I've had L4-5 laminectomy/Discectomy Jan 2019. Fusion L4-5 July 2019. Then both si joints fused 6/9/21. Find out 10/2023 that the original surgeon left 2 screws in my nerve canal in my spine. Didn't need the si joints done. So he took the fused cage out of l4-5 and on post op decided he won't see me at all! Found the Mayo Clinic has excellent dr to get these ifuse rods out( I am allergic to titanium) I found out last summer. I am literally burning! The surgeon who put these in me won't take them out even though he said if it didn't work out he can take them out, he said he just doesn't like to. Just so hard for me to trust any doctors so I pray drs at Mayo can help. After this I have no one to help. I won't do a spinal cord stimulator because I am immuno-compromised so any infection I can die. It's a nightmare out there.

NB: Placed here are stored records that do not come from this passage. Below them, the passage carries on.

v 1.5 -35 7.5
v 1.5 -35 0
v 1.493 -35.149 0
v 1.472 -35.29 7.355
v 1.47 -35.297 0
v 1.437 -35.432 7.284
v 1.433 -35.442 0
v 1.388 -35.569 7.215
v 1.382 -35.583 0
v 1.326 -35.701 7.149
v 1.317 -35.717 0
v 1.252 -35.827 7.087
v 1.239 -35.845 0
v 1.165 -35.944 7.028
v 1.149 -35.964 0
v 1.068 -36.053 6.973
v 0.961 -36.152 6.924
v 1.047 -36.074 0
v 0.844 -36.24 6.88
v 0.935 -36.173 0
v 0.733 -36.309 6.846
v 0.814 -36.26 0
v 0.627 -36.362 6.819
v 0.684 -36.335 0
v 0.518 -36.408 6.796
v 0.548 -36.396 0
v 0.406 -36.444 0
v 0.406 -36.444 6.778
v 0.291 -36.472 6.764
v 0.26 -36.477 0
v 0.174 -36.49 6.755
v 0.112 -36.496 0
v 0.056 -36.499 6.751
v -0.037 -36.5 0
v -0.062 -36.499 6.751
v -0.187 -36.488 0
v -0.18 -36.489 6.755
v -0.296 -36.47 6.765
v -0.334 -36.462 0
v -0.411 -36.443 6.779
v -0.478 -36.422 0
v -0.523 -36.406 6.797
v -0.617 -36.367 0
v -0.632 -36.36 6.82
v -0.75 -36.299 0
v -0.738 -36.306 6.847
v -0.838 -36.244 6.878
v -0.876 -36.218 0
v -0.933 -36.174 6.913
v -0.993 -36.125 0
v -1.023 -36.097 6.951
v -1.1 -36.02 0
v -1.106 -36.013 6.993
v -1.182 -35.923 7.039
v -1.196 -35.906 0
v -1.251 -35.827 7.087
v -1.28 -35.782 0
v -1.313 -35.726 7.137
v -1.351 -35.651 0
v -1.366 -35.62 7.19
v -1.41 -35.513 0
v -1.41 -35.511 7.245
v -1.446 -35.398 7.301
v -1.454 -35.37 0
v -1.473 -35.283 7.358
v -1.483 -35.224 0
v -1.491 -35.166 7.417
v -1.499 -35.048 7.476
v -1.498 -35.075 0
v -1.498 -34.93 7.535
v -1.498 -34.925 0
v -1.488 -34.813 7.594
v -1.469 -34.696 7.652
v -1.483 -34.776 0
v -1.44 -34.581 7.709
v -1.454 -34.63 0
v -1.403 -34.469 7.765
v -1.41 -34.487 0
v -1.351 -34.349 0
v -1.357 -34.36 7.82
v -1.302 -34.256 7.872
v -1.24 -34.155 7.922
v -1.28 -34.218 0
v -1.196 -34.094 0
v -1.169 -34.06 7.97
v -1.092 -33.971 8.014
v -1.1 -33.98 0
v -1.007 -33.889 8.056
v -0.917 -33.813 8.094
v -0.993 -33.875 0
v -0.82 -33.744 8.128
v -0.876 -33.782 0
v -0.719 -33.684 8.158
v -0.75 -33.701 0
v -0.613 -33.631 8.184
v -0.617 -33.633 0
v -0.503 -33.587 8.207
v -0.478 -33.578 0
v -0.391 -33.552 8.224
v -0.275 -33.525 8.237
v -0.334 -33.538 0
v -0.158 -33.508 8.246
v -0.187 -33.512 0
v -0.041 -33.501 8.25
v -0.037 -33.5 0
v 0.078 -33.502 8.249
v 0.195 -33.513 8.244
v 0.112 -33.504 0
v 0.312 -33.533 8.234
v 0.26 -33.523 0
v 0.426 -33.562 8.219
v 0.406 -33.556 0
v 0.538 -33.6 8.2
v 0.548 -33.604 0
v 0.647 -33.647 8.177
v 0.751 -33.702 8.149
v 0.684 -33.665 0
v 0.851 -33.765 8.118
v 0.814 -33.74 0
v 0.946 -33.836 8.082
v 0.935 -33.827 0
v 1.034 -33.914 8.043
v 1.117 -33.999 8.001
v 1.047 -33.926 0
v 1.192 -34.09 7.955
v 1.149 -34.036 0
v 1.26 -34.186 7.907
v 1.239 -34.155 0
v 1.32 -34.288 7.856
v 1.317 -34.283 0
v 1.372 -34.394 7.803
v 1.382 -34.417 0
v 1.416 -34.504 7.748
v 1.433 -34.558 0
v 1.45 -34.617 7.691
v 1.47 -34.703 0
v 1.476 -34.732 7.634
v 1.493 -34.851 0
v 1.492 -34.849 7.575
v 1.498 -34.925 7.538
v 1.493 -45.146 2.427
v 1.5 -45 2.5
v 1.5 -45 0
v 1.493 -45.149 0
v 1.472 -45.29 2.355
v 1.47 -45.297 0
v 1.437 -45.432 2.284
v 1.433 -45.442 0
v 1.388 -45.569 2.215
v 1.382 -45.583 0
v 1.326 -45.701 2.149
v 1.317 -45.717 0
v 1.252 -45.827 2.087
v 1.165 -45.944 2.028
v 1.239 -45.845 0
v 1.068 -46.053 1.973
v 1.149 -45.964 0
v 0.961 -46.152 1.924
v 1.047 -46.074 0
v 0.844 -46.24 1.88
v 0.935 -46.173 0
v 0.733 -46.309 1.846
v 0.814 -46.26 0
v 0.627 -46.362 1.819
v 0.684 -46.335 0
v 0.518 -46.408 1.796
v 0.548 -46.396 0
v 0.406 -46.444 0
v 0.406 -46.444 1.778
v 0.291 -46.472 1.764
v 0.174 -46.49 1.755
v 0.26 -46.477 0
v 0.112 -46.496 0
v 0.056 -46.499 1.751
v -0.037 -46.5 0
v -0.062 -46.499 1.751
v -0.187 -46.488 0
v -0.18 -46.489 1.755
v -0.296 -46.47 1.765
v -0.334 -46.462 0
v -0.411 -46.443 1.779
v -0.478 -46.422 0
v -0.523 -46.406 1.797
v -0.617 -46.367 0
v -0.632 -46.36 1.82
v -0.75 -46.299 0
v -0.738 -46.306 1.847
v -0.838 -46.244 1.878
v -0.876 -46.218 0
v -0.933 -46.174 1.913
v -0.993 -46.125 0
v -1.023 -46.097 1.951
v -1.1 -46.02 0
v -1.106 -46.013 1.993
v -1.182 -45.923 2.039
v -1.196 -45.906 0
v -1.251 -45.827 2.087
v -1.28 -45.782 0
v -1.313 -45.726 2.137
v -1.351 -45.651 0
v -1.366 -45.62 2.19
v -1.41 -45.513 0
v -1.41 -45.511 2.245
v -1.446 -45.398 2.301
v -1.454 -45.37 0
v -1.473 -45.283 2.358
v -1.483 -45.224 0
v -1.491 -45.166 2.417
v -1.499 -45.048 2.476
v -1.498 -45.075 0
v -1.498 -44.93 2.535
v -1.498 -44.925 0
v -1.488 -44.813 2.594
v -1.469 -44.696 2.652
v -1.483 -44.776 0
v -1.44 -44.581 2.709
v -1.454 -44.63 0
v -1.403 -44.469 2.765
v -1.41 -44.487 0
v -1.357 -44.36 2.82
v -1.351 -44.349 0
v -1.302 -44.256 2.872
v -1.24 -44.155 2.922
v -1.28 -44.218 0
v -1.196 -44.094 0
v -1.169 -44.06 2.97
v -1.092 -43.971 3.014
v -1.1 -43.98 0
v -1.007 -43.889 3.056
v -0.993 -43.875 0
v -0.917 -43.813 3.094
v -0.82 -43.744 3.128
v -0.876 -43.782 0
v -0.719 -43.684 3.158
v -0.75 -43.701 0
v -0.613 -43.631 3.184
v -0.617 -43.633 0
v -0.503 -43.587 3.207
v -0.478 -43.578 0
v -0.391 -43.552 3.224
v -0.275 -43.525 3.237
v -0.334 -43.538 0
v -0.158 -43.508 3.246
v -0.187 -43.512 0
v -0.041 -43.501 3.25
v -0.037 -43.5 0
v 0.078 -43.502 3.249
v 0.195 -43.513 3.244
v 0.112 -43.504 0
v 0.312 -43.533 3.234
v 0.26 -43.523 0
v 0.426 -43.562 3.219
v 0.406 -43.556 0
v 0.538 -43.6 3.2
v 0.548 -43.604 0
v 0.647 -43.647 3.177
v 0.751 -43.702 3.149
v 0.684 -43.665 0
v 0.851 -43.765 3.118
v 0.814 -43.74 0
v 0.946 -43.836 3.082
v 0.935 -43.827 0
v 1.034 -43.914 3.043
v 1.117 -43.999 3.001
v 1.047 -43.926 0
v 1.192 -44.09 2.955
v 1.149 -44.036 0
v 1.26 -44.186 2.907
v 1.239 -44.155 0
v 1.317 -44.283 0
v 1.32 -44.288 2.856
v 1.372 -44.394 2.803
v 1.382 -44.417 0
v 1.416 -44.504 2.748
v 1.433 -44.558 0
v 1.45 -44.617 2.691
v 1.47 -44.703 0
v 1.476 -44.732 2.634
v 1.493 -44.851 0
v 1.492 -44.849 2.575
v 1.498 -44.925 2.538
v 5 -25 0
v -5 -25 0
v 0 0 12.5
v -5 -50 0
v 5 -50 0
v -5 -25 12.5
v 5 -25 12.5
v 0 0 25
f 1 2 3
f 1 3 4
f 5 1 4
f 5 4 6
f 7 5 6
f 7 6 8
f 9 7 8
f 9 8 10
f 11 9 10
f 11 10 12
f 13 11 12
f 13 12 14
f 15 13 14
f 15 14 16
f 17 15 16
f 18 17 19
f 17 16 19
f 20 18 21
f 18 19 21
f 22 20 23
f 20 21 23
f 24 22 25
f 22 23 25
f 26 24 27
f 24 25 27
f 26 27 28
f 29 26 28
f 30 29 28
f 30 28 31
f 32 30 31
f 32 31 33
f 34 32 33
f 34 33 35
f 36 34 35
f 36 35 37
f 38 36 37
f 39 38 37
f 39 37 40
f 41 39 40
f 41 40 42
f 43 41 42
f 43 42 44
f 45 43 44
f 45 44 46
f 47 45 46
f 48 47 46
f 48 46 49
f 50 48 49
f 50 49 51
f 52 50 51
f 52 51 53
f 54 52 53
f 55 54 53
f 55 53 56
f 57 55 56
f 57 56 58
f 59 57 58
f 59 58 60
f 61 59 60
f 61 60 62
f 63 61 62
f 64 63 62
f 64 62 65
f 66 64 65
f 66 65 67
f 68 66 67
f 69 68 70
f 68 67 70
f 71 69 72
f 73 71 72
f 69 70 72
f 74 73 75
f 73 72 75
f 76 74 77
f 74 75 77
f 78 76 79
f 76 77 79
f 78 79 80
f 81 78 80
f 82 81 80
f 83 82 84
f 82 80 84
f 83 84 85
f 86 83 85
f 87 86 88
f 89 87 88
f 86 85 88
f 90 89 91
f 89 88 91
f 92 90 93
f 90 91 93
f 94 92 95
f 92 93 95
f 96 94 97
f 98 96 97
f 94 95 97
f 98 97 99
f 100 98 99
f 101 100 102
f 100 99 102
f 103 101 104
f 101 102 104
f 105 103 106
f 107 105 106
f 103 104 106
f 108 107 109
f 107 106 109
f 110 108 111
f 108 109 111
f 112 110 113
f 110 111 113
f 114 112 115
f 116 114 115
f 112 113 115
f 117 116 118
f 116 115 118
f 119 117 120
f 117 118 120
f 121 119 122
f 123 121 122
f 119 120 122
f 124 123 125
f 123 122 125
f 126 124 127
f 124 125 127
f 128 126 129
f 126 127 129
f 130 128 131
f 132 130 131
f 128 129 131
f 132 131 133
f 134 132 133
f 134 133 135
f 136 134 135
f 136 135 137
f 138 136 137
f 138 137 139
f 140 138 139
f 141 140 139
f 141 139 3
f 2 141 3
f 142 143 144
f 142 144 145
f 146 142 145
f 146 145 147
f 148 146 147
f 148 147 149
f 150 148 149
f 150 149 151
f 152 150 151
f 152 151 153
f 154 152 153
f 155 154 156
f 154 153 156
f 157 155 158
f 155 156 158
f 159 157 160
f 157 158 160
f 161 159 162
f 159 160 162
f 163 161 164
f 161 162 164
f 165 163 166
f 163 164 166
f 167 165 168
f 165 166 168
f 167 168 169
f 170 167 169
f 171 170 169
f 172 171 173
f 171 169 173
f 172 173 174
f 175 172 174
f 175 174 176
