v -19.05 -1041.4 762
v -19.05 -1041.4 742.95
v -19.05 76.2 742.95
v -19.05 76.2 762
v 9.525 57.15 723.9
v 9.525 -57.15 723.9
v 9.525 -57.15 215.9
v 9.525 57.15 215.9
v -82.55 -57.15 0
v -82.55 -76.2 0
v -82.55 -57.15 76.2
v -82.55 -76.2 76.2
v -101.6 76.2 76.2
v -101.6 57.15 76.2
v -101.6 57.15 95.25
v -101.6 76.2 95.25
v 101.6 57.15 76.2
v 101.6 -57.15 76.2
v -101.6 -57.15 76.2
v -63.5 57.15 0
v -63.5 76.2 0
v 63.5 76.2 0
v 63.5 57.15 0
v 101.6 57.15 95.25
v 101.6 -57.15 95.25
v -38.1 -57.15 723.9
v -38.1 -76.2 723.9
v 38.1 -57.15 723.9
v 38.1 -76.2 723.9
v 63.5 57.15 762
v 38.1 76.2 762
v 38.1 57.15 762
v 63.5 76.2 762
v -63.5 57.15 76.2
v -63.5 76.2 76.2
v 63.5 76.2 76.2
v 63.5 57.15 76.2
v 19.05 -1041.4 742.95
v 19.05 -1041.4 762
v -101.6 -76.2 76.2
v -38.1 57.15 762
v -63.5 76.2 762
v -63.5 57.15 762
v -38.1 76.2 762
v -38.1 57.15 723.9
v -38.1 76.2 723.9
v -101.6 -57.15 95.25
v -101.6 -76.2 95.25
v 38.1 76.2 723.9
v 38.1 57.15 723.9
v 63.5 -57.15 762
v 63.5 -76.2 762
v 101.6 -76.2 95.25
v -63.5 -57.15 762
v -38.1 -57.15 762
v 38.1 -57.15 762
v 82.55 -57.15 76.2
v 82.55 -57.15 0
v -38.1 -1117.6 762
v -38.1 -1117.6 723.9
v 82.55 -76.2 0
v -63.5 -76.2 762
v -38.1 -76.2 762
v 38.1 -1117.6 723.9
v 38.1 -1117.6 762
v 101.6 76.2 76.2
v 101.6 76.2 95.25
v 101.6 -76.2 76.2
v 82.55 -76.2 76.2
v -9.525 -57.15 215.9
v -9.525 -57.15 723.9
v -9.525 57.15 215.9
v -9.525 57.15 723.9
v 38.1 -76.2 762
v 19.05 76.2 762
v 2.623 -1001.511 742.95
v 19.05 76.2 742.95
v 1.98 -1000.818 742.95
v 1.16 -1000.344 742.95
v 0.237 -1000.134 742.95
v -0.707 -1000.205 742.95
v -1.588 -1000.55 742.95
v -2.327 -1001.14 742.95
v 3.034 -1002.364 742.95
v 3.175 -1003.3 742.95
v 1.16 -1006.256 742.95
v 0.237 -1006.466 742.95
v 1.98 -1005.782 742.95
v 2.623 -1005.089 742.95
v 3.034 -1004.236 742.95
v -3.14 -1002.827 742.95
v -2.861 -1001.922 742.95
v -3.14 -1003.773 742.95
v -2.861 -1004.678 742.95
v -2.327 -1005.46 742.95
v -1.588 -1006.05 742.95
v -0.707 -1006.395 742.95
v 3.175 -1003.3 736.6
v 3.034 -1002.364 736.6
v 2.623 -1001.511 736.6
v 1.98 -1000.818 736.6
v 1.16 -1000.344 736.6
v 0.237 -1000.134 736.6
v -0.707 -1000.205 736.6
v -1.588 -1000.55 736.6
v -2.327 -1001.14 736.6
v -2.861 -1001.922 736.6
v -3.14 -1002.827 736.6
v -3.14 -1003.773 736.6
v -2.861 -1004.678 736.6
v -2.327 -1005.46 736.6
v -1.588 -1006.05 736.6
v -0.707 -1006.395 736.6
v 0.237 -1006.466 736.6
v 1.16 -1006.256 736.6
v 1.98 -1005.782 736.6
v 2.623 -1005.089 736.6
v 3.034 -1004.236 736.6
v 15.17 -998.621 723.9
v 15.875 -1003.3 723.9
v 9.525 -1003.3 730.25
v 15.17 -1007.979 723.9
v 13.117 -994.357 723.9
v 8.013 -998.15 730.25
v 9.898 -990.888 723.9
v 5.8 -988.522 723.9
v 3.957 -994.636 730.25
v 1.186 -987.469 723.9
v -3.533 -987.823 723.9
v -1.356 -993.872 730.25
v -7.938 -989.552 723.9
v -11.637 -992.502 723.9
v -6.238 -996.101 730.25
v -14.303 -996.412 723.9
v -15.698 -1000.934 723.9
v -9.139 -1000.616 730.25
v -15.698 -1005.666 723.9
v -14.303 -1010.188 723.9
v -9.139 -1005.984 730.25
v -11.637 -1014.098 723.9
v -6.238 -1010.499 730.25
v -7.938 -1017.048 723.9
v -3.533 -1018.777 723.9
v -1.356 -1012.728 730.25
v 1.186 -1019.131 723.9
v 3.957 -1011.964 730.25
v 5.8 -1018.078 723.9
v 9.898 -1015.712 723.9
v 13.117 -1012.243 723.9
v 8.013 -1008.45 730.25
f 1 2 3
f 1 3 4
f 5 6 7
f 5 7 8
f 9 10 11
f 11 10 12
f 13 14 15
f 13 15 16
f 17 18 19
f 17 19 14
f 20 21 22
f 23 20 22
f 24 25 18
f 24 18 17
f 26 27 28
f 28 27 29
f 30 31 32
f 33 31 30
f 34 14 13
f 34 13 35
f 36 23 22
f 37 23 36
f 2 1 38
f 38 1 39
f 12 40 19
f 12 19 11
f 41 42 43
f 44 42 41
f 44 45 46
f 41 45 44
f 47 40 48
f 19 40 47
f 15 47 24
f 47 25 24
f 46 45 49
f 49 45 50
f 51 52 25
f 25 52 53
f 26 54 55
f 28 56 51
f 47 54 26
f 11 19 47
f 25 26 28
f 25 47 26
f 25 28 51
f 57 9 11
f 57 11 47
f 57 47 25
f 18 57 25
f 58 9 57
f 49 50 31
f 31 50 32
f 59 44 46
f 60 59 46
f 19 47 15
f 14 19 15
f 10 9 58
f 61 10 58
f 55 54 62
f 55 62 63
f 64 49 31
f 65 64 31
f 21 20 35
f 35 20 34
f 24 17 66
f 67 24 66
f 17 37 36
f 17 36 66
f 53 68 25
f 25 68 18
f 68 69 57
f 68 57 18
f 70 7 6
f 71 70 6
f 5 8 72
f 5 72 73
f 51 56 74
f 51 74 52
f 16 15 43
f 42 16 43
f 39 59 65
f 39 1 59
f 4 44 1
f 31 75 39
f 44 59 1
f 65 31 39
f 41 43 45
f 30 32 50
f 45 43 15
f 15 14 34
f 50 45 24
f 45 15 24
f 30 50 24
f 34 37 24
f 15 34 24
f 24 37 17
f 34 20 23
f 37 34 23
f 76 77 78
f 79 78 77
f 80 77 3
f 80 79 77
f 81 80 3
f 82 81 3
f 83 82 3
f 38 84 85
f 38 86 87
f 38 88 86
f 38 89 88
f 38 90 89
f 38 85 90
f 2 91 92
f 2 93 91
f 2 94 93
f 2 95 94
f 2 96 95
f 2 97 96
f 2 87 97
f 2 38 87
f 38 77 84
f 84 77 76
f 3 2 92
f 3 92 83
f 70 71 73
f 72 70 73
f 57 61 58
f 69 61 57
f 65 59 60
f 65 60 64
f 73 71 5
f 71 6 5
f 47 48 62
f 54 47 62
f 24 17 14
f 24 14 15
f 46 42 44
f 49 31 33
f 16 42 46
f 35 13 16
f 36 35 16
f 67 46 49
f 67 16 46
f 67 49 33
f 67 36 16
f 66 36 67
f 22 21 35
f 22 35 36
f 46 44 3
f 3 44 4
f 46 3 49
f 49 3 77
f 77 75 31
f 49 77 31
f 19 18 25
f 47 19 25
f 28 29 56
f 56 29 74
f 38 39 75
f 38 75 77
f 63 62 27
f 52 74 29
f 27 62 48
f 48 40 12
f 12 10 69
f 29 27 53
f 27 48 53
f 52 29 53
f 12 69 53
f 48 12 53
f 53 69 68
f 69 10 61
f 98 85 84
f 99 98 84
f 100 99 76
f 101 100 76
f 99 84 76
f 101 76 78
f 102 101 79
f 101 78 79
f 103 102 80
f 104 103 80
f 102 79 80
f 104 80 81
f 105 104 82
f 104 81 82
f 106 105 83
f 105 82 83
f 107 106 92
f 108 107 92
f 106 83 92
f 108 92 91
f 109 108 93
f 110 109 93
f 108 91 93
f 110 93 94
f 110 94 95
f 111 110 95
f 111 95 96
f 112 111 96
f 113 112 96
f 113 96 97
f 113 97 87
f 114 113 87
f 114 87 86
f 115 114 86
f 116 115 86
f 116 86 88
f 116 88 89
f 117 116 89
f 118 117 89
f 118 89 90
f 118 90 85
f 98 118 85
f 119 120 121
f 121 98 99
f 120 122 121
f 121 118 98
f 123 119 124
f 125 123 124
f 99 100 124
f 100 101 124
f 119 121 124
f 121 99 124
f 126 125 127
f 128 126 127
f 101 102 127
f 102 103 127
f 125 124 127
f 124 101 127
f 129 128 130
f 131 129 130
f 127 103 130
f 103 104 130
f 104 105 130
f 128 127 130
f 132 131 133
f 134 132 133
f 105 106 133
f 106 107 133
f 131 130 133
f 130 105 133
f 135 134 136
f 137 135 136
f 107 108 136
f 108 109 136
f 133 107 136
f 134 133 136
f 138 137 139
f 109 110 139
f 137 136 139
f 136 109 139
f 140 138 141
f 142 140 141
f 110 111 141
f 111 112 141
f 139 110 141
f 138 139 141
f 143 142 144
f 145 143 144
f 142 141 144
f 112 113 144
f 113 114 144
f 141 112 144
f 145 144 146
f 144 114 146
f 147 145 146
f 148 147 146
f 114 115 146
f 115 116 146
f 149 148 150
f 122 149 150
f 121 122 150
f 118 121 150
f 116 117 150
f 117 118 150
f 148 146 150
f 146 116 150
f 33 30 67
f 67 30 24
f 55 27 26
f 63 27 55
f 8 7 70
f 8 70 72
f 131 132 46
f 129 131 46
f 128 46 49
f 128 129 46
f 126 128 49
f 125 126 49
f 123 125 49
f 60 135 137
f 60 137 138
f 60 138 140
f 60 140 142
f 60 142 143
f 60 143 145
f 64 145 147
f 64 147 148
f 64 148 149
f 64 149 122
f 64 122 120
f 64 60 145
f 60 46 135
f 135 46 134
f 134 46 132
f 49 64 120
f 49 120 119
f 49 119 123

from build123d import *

# Parameters (mm, degrees)
F0_W           = 203.2
F0_H           = 19.05
F1_DEPTH       = 762
F2_W           = 19.05
F2_H           = 76.2
F2_W_2         = 76.2
F2_H_2         = 38.1
F3_DEPTH       = 25.4
F4_W           = 76.2
F4_H           = 38.1
F4_W_2         = 38.1
F4_H_2         = 76.2
F5_DEPTH       = 25.4
F7_DEPTH       = 1117.6
F7_DEPTH_BACK  = 76.2
F8_R           = 3.175
F9_DEPTH       = 25.4
F10_SIZE       = 12.7
F12_START      = 1041.4
F11_W          = 38.1
F11_H          = 19.05
F12_DEPTH      = 76.2
F13_W          = 114.3
F13_H          = 508
F14_DEPTH      = 9.525
F14_DEPTH_BACK = 9.525
F15_W          = 114.3
F15_H          = 19.05
F16_DEPTH      = 101.6
F16_DEPTH_BACK = 101.6


with BuildPart() as f1:
    # F0 (on Top) → F1 (new body)
    with BuildSketch(Plane.XY):
        with Locations((0, -66.675)):
            Rectangle(F0_W, F0_H)
    extrude(amount=F1_DEPTH)

    # F2 (on face) → F3 (cut)
    with BuildSketch(Plane.XZ.offset(76.2)):
        Polygon((101.6, 95.25), (101.6, 762), (63.5, 762), align=None)
        Polygon((-101.6, 95.25), (-63.5, 762), (-101.6, 762), align=None)
        with Locations((-92.075, 38.1)):
            Rectangle(F2_W, F2_H)
        with Locations((0, 742.95)):
            Rectangle(F2_W_2, F2_H_2)
        with Locations((92.075, 38.1)):
            Rectangle(F2_W, F2_H)
    extrude(amount=-F3_DEPTH, mode=Mode.SUBTRACT)


with BuildPart() as f1b:
    # F0 (on Top) → F1, piece 2 (new body)
    with BuildSketch(Plane.XY):
        with Locations((0, 66.675)):
            Rectangle(F0_W, F0_H)
    extrude(amount=F1_DEPTH)

    # F4 (on face) → F5 (cut)
    with BuildSketch(Plane.XZ.offset(-57.15)):
        with Locations((0, 742.95)):
            Rectangle(F4_W, F4_H)
        Polygon((101.6, 95.25), (101.6, 762), (63.5, 762), align=None)
        Polygon((-63.5, 762), (-101.6, 762), (-101.6, 95.25), align=None)
        with Locations((82.55, 38.1)):
            Rectangle(F4_W_2, F4_H_2)
        with Locations((-82.55, 38.1)):
            Rectangle(F4_W_2, F4_H_2)
    extrude(amount=-F5_DEPTH, mode=Mode.SUBTRACT)


with BuildPart() as f7:
    # F6 (on Front) → F7 (new body, two sides)
    with BuildSketch(Plane.XZ) as f7_sk:
        Polygon((-19.05, 762), (-38.1, 762), (-38.1, 723.9), (38.1, 723.9), (38.1, 762), (19.05, 762), (19.05, 742.95), (-19.05, 742.95), align=None)
    extrude(amount=F7_DEPTH)
    extrude(f7_sk.sketch, amount=-F7_DEPTH_BACK)

    # F8 (on face) → F9 (cut)
    with BuildSketch(Plane.XY.offset(742.95)):
        with Locations((0, -1003.3)):
            Circle(F8_R)
    extrude(amount=-F9_DEPTH, mode=Mode.SUBTRACT)

    # F10
    f10_edges = [f7.edges().sort_by_distance(p)[0] for p in [
        (-3.175, -1003.3, 723.9),
    ]]
    chamfer(f10_edges, length=F10_SIZE)

    # F11 (on Front) → F12 (join)
    with BuildSketch(Plane.XZ.offset(F12_START)):
        with Locations((0, 752.475)):
            Rectangle(F11_W, F11_H)
    extrude(amount=F12_DEPTH)


with BuildPart() as f14:
    # F13 (on Right) → F14 (new body, two sides)
    with BuildSketch(Plane.YZ) as f14_sk:
        with Locations((0, 469.9)):
            Rectangle(F13_W, F13_H)
    extrude(amount=F14_DEPTH)
    extrude(f14_sk.sketch, amount=-F14_DEPTH_BACK)


with BuildPart() as f16:
    # F15 (on Right) → F16 (new body, two sides)
    with BuildSketch(Plane.YZ) as f16_sk:
        with Locations((0, 85.725)):
            Rectangle(F15_W, F15_H)
    extrude(amount=F16_DEPTH)
    extrude(f16_sk.sketch, amount=-F16_DEPTH_BACK)


solid = Compound([f1.part, f1b.part, f7.part, f14.part, f16.part])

Hard to find someone to trust.
I know this might sound trite and unbelievable but I went through four mattresses that were very expensive before I finally found a really soft one that's like a cloud and my neck, shoulders, hips, SI joints, lower back - everything stopped hurting. 3 years now no pain after 15 years of misery including occasional cortisone shots in my joints and hip and neck surgeries.